Так он и сделал, и хотел было задержаться, дабы увидеть, что станет с Девицей,
но ему не позволили и отвели его по громадной лестнице в покои, зело
просторные, но слабо освещенные из-за своих размеров. Подвели они его к ложу,
тончайшим бельем устланному, и знаками велели разоблачиться и лечь. Вынужден он
был покориться их воле, и засим унесли они его платье и оставили лежать в
одиночестве. И вот лежал он там смирно, рассудив, что не стоит ему, одетому в
чем мать родила, искать выход, но долго еще не мог заснуть, ибо разум его
пребывал в смятении. Наконец усталость взяла верх над страхами и надеждами, и
он погрузился в сон, как раз когда рассвет переходил в утро.
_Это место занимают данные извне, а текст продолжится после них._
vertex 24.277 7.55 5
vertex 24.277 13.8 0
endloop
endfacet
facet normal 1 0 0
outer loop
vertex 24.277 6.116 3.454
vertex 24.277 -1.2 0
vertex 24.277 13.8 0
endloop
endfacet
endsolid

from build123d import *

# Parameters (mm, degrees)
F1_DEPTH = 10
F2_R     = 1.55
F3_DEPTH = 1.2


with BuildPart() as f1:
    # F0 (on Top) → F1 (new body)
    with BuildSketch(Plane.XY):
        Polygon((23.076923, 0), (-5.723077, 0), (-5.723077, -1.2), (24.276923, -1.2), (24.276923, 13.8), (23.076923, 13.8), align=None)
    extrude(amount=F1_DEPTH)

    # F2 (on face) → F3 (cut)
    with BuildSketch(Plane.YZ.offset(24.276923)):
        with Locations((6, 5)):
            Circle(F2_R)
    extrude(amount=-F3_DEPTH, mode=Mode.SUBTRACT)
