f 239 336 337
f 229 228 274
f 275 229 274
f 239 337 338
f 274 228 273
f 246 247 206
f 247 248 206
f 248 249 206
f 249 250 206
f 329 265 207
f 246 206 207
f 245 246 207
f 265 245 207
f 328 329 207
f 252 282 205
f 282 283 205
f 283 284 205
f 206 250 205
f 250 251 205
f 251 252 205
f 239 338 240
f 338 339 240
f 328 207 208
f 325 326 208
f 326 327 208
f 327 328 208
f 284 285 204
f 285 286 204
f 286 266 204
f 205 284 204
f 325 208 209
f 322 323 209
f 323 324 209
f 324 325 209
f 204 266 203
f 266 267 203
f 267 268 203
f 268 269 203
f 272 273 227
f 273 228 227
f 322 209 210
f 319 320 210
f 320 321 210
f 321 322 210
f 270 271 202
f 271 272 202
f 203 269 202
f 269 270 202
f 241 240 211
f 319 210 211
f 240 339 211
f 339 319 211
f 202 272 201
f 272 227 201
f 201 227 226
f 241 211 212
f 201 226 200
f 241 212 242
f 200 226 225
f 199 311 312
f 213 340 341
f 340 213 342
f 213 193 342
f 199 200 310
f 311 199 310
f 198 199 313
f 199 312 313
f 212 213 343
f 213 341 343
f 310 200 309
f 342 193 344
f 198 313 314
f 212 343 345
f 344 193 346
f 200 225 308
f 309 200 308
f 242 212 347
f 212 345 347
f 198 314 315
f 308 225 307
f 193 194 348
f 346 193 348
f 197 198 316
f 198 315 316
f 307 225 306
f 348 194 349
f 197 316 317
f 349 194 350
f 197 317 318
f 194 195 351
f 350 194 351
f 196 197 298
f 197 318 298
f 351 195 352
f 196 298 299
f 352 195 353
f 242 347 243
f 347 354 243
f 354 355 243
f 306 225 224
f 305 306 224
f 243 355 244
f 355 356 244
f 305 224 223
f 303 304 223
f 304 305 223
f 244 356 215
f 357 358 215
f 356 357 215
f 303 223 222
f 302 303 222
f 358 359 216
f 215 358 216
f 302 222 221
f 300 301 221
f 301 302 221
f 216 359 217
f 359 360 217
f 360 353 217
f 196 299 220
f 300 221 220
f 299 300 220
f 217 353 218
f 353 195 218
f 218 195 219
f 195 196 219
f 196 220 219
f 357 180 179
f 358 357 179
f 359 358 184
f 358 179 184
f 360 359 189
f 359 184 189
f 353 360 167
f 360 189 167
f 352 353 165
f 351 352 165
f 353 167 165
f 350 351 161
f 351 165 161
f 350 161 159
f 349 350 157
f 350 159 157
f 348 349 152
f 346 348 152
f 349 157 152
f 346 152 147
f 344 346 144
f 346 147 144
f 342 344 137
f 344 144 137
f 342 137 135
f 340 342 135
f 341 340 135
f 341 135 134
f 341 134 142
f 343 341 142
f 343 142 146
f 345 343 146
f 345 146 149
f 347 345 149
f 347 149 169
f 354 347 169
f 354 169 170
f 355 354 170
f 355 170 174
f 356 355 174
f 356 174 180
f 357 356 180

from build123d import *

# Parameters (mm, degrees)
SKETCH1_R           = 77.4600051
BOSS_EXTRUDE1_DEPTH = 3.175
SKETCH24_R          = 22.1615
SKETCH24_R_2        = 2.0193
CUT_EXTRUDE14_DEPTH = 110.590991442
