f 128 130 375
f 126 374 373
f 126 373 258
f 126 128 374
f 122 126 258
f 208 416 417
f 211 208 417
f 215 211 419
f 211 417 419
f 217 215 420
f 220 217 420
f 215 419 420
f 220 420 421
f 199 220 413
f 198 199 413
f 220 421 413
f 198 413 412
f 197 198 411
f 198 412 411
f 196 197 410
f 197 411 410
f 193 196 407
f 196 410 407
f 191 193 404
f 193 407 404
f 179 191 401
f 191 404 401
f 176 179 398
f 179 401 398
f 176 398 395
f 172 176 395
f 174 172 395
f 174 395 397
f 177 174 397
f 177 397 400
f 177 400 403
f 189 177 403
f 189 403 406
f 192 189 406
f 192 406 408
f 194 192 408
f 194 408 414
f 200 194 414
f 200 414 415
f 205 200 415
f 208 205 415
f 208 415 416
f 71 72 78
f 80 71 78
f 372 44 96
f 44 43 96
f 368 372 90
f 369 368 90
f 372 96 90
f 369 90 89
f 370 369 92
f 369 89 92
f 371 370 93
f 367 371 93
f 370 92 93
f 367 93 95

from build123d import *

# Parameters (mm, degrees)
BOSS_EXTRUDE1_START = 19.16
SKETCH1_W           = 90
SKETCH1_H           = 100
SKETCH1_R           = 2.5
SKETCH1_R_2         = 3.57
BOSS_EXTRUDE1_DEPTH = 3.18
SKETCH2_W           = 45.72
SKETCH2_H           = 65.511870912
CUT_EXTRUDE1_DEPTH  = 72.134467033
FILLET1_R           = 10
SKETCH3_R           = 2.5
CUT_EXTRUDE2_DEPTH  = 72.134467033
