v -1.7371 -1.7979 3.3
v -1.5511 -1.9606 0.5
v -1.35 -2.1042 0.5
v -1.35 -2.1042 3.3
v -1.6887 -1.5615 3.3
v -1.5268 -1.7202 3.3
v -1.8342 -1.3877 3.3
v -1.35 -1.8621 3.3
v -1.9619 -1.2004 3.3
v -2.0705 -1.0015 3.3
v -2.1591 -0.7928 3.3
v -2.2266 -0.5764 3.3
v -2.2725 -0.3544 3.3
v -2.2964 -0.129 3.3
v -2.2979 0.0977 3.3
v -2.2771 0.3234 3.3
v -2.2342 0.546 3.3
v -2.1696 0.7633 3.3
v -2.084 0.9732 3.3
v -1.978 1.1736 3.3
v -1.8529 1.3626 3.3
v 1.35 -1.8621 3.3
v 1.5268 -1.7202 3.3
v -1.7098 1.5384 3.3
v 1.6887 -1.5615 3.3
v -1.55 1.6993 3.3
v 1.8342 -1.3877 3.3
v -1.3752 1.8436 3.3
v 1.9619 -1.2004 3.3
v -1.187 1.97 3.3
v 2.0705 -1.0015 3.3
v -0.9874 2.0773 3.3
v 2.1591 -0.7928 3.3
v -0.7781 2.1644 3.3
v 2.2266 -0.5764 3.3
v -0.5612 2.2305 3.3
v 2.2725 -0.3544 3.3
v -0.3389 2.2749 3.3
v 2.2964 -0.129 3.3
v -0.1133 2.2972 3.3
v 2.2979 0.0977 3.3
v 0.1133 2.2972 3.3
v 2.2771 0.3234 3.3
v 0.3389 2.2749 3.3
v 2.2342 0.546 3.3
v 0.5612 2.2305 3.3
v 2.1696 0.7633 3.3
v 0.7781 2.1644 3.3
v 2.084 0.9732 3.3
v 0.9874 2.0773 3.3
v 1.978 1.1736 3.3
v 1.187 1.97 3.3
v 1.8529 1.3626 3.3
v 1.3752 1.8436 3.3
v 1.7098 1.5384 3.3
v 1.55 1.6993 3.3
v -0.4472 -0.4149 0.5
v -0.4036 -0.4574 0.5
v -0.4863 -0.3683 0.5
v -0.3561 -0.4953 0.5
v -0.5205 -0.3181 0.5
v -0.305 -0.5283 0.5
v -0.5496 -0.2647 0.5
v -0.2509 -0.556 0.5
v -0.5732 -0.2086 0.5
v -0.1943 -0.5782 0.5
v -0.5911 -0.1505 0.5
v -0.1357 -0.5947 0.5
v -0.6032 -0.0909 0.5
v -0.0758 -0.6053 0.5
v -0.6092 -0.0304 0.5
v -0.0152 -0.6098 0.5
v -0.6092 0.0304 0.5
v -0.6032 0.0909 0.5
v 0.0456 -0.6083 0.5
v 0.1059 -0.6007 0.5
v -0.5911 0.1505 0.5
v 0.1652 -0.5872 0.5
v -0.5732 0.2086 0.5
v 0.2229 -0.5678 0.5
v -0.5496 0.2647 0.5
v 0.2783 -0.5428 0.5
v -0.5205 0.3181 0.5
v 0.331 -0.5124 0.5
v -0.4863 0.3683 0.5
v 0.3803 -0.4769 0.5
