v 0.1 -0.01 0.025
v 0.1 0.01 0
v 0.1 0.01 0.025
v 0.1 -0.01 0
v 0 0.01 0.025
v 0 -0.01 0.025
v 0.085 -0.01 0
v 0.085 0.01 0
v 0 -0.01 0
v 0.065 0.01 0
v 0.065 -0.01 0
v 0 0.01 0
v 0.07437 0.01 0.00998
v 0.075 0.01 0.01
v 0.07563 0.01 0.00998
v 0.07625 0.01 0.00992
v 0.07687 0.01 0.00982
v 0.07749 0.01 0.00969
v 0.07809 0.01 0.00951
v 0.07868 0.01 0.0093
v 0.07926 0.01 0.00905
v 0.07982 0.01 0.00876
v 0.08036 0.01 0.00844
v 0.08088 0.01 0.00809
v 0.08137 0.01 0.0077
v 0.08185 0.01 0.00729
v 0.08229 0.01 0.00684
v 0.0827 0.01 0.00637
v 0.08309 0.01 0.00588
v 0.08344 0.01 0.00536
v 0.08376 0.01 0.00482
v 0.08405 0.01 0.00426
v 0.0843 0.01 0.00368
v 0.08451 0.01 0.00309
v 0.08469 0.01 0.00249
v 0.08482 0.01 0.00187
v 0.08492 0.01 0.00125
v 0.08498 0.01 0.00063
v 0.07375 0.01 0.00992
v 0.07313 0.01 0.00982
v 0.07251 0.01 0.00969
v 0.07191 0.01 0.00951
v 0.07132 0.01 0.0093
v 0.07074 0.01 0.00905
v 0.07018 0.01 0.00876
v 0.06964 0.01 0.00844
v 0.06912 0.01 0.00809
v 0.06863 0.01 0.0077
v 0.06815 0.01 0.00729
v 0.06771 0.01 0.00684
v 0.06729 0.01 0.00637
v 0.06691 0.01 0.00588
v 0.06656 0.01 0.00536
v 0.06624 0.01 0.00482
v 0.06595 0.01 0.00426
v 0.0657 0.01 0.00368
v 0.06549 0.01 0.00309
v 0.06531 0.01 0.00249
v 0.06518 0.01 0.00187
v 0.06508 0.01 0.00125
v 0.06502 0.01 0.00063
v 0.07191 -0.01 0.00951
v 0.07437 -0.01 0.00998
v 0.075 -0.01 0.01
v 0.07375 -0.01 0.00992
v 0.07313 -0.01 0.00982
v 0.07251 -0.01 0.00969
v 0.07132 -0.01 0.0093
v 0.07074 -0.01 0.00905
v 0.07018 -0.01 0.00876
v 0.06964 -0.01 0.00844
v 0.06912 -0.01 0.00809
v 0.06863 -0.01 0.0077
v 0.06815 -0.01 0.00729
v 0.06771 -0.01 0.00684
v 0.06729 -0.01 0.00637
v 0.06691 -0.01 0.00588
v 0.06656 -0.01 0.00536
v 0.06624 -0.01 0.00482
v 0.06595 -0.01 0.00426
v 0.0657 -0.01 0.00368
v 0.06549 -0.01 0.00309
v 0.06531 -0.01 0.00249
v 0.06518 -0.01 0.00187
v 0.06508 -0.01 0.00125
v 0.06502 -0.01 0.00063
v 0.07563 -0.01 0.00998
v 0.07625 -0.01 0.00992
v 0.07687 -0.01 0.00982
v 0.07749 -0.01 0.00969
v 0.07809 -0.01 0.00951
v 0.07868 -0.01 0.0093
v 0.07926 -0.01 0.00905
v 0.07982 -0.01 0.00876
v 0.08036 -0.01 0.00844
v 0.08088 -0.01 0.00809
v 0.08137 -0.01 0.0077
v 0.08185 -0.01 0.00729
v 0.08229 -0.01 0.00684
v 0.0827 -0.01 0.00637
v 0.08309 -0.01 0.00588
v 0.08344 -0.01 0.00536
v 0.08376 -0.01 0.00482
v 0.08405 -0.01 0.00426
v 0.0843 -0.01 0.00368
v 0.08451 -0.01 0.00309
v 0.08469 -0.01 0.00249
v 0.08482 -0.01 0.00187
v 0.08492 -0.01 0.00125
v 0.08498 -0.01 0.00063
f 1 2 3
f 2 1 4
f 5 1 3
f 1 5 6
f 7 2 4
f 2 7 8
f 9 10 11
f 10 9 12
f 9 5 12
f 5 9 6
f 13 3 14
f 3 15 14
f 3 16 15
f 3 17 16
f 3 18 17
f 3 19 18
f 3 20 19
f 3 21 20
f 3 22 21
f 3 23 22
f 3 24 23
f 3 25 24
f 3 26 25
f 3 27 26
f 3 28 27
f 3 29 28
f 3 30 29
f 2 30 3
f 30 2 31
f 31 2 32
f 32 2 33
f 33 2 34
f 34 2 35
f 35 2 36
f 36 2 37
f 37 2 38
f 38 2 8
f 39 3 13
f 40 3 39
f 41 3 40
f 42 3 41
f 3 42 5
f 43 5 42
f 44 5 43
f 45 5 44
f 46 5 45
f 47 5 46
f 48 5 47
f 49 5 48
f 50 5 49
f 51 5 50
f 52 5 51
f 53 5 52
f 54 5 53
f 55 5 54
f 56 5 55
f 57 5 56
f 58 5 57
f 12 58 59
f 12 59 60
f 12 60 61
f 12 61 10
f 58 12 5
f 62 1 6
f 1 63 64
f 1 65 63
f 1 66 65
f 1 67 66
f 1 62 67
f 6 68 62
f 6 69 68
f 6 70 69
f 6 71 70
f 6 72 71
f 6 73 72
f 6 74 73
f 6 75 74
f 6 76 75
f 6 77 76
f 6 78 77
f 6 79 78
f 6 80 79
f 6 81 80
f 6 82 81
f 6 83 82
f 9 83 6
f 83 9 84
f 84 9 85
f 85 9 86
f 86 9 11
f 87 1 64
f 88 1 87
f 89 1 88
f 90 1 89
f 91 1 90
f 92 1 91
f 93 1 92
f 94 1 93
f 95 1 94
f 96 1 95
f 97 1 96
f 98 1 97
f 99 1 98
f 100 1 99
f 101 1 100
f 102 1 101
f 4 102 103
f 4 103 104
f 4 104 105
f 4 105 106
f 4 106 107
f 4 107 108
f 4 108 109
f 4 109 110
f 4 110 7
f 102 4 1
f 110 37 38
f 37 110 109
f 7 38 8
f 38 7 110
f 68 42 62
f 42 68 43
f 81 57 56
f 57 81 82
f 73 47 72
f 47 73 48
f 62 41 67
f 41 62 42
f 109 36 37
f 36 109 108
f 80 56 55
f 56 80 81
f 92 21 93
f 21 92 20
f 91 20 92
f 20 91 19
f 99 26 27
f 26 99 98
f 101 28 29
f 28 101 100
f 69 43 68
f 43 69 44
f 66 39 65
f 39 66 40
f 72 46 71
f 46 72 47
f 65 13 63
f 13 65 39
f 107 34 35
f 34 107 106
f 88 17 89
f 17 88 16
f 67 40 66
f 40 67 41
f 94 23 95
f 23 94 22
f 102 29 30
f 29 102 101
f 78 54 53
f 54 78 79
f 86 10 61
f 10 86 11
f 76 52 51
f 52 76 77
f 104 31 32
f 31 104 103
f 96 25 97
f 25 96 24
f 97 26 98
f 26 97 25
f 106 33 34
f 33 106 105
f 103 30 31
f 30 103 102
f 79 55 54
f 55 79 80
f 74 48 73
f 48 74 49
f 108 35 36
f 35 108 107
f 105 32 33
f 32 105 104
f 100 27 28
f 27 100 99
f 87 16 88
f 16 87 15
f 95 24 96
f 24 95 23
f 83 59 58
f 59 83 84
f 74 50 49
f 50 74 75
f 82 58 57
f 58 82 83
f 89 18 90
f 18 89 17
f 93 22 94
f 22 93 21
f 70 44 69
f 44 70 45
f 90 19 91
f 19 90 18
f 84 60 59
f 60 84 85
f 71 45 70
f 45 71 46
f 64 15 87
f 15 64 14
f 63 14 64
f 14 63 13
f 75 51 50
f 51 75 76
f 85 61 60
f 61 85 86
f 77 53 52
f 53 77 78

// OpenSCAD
s = 1;

length = 0.1;
width = 0.025;
depth = 0.020;
chfdepth = 0;
chfangle = 45;
cutpos = 0.075;
cutdepth = 0.01;
cutangle = 90;
cuttilt = 0;

/* Produces basic box finger */
module basicShape(length, width, depth)
{
	translate([0, -depth/2, 0]) cube([length, depth, width]);
}

/* Produces the chamfering geometry.
 * length -- length of the finger
 * start_depth -- distance from the finger plane at which the chamfer starts
 * angle --- chamfering angle
 */
module chamfering(length, start_depth, angle) {
	size = 1000;

	translate([length, 0, start_depth])
		rotate([0, 90-angle, 0])
			translate([0, 0, size/2])
				cube(size, center = true);
}

/* Produces the geometry for the cutout.
 * cutpos -- position of the cutout
 * cutdepth -- depth of the cutout
 * cutangle -- the angle of the cutout
 * cuttilt -- the tilt of the cutout
 */
module cutout(cutpos, cutdepth, cutangle, cuttilt) {
	size = 1000;

	s_x = tan(cutangle /2);

	translate([cutpos, 0, 0])
		rotate([0, 0, cuttilt])
			rotate([90, 0, 0])
				translate([0, 0, 0])
					scale([s_x, 1, 1])
						cylinder(h = size, r = cutdepth, center = true, $fn = 100);
}

/* Produces the finger geometry.
 * Parameters...
 */
module finger(length, width, depth, chfdepth, chfangle, cutpos, cutdepth, cutangle, cuttilt) {
	difference() {
		difference() {
			basicShape(length, width, depth);
			chamfering(length, width - width * chfdepth, chfangle);
		}
		cutout(cutpos, cutdepth, cutangle, cuttilt);
	}
}

scale(s)
	finger(length, width, depth, chfdepth, chfangle, cutpos, cutdepth, cutangle, cuttilt);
Глава XXXII. О новом короле
Града-за-могучей стеной
Когда вновь
пробудился Уолтер, в покоях ярко светило солнце, и,
оглядевшись, узрел он, что несравнимы они красотой и богатством со всем, что
видал он прежде: златом и морской лазурью был выкрашен потолок, а на стенах
висели прекраснейшие гобелены, хотя вытканные на них сюжеты Уолтер
не мог распознать. Все лавки и кресла украшены были искусной резьбой и покрыты
краской, и среди всех выделялось большое кресло из слоновой кости под
зелено-золотым балдахином, жемчугами усыпанном; пол же был выложен драгоценнейшей мозаикой.
Смотрел он на
все это, дивясь тому, что приключилось с ним, как вдруг заходят люди в покои, а
именно: двое хорошо одетых слуг и трое старцев в богатом шелковом платье.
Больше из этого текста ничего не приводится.